» Task goal: Only the lines below from the one containing "#38=CYLINDRICAL_SURFACE('',#37,20.);" to the one containing "#52=EDGE_CURVE('',#41,#50,#51,.T.);" should be repeated, both included and unchanged.

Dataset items
○ ○ ○

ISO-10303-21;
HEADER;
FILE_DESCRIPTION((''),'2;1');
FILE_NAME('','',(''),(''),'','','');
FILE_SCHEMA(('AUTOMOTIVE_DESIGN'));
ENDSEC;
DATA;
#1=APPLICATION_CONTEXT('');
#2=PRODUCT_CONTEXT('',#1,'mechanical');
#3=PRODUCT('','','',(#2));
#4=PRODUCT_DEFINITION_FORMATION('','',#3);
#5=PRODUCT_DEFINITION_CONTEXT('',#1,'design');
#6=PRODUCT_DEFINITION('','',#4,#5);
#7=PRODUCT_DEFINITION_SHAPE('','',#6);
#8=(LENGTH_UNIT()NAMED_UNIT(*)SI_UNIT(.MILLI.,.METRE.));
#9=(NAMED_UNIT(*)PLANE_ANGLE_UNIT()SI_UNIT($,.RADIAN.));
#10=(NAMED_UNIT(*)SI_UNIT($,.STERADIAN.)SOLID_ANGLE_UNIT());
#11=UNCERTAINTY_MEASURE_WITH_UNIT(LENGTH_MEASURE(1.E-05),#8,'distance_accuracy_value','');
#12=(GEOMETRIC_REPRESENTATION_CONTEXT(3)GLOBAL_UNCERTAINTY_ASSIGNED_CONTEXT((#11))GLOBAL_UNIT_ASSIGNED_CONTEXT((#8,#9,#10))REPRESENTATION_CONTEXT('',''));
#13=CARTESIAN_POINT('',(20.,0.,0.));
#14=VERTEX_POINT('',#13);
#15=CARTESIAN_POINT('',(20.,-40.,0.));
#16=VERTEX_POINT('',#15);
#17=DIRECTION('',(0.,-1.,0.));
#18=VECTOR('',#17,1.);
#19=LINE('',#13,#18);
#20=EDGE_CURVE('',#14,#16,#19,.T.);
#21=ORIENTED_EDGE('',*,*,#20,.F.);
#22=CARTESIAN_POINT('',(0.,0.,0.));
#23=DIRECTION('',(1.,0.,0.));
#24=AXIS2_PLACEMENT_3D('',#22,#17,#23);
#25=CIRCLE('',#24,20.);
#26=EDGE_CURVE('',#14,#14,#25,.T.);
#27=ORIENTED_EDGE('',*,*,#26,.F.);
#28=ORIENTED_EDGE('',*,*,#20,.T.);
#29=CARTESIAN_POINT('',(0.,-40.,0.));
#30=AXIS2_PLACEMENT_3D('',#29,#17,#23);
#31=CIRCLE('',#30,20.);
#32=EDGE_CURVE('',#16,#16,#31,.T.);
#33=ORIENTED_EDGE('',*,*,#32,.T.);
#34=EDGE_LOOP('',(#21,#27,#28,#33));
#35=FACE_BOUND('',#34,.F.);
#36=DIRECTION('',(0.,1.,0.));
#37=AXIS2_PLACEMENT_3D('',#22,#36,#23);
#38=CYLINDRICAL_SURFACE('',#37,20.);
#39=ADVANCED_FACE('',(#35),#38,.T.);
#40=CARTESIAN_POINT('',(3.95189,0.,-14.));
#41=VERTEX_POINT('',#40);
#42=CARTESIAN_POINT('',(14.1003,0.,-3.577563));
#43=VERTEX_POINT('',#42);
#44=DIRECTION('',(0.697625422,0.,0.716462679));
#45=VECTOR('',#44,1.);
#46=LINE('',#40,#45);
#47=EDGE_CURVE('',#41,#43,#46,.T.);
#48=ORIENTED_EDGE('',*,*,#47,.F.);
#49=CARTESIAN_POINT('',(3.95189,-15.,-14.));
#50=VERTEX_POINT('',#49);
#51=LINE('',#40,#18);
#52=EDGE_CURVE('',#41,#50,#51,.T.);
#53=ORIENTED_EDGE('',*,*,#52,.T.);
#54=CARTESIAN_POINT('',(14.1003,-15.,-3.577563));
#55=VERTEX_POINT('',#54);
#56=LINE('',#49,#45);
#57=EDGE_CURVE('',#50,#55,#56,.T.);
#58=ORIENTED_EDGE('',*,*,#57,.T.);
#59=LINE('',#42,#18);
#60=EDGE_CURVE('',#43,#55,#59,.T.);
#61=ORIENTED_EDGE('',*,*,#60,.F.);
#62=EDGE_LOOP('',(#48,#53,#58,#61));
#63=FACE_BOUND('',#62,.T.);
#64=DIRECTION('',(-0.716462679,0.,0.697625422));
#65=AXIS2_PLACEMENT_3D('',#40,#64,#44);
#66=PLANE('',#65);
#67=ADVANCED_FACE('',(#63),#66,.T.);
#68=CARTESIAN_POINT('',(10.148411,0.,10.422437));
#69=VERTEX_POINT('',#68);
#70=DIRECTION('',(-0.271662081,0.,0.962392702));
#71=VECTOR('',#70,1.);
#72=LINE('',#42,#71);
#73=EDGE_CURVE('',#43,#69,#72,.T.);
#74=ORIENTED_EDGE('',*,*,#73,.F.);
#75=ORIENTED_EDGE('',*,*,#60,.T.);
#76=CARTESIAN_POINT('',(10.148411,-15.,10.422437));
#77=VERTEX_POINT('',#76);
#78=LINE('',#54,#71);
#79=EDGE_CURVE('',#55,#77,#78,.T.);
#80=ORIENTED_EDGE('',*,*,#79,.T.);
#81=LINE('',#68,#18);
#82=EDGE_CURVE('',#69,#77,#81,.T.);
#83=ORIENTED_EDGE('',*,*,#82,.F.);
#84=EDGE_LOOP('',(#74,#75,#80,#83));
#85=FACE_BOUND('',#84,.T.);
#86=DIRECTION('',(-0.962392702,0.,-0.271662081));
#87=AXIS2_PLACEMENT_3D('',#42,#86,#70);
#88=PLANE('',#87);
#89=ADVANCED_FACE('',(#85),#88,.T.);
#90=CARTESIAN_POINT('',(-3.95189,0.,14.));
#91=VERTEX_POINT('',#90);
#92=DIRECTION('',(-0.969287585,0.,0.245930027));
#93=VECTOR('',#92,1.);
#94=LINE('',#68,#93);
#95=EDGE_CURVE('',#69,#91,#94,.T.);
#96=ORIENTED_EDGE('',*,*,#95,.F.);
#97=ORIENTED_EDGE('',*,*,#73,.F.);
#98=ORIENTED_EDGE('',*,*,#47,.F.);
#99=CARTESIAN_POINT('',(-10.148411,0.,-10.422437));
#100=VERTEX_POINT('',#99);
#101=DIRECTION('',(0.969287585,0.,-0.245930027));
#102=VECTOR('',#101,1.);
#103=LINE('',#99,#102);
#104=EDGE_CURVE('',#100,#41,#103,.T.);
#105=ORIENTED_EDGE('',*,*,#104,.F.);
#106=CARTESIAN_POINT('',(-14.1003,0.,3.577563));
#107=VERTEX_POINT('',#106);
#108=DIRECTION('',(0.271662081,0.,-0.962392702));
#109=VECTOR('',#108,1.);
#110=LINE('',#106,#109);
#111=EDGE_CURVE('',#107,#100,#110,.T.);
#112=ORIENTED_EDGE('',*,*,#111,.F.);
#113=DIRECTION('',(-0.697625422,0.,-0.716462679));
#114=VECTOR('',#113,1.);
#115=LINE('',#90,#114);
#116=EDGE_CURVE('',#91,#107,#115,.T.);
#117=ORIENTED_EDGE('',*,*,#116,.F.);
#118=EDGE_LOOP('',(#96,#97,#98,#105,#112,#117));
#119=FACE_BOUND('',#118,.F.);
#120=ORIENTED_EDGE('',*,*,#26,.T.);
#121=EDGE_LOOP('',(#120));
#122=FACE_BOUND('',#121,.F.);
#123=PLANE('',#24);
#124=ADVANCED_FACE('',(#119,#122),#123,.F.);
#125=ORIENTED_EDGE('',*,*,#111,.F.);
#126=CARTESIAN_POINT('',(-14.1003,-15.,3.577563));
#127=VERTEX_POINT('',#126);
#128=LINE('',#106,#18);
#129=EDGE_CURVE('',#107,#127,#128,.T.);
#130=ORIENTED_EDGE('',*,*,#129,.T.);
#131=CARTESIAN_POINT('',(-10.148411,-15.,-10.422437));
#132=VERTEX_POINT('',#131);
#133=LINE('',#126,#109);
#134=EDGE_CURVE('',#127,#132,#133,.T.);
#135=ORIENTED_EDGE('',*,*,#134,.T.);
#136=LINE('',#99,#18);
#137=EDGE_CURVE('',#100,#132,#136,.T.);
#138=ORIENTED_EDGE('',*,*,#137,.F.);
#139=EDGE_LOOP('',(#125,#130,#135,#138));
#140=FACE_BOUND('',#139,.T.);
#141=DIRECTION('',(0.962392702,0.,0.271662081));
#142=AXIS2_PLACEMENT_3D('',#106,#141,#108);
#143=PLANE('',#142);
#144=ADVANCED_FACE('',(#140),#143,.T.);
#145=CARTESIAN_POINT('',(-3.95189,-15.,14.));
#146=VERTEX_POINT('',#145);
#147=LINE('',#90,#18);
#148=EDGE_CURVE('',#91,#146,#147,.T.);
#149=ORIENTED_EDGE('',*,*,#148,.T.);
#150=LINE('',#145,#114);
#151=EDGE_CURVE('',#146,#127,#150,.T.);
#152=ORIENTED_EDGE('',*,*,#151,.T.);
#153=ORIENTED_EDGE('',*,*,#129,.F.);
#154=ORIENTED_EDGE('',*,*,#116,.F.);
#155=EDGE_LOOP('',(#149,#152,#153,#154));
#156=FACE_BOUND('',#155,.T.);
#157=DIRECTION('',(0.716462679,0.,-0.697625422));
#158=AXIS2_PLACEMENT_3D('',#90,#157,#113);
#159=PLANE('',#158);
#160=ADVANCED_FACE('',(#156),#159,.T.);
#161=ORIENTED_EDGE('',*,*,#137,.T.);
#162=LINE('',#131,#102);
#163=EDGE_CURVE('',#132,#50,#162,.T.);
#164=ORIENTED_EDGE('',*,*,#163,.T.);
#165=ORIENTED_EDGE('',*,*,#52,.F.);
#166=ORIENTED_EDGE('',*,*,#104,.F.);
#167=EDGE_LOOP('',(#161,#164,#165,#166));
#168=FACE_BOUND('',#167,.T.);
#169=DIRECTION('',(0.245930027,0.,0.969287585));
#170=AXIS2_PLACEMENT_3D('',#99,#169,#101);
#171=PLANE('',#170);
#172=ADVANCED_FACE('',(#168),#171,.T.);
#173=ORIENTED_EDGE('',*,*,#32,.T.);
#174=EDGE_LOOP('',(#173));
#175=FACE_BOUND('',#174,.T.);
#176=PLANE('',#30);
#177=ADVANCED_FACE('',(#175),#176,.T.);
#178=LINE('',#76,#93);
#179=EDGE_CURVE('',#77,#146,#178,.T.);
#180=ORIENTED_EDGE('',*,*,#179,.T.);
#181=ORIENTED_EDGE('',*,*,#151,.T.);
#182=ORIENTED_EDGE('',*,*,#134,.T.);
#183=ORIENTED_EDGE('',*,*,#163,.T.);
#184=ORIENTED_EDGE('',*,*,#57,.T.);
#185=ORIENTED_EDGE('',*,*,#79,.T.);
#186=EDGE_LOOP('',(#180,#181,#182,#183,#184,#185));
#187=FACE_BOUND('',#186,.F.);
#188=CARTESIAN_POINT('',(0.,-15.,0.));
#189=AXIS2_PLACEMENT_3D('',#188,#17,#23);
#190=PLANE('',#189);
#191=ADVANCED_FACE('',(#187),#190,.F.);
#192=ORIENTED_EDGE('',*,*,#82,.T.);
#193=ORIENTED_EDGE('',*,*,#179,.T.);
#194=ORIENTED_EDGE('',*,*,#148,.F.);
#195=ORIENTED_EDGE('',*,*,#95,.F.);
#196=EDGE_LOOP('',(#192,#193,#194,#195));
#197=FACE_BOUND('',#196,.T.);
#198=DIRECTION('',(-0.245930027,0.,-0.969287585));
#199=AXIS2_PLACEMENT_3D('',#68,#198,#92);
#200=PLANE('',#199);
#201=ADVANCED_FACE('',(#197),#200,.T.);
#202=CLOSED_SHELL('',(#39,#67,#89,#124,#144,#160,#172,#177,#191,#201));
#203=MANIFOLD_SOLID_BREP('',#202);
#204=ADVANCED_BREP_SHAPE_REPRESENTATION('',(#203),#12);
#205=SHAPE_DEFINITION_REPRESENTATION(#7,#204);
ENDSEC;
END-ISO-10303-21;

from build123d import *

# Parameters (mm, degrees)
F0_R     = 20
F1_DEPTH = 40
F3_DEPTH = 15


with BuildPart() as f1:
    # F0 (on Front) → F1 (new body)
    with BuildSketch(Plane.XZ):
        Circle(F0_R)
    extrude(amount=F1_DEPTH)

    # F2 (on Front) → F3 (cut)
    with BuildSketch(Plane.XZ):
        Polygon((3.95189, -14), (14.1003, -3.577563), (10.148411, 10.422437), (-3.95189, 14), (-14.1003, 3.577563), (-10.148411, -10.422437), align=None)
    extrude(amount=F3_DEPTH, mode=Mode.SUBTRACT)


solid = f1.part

○ ○ ○

» Answer below:
#38=CYLINDRICAL_SURFACE('',#37,20.);
#39=ADVANCED_FACE('',(#35),#38,.T.);
#40=CARTESIAN_POINT('',(3.95189,0.,-14.));
#41=VERTEX_POINT('',#40);
#42=CARTESIAN_POINT('',(14.1003,0.,-3.577563));
#43=VERTEX_POINT('',#42);
#44=DIRECTION('',(0.697625422,0.,0.716462679));
#45=VECTOR('',#44,1.);
#46=LINE('',#40,#45);
#47=EDGE_CURVE('',#41,#43,#46,.T.);
#48=ORIENTED_EDGE('',*,*,#47,.F.);
#49=CARTESIAN_POINT('',(3.95189,-15.,-14.));
#50=VERTEX_POINT('',#49);
#51=LINE('',#40,#18);
#52=EDGE_CURVE('',#41,#50,#51,.T.);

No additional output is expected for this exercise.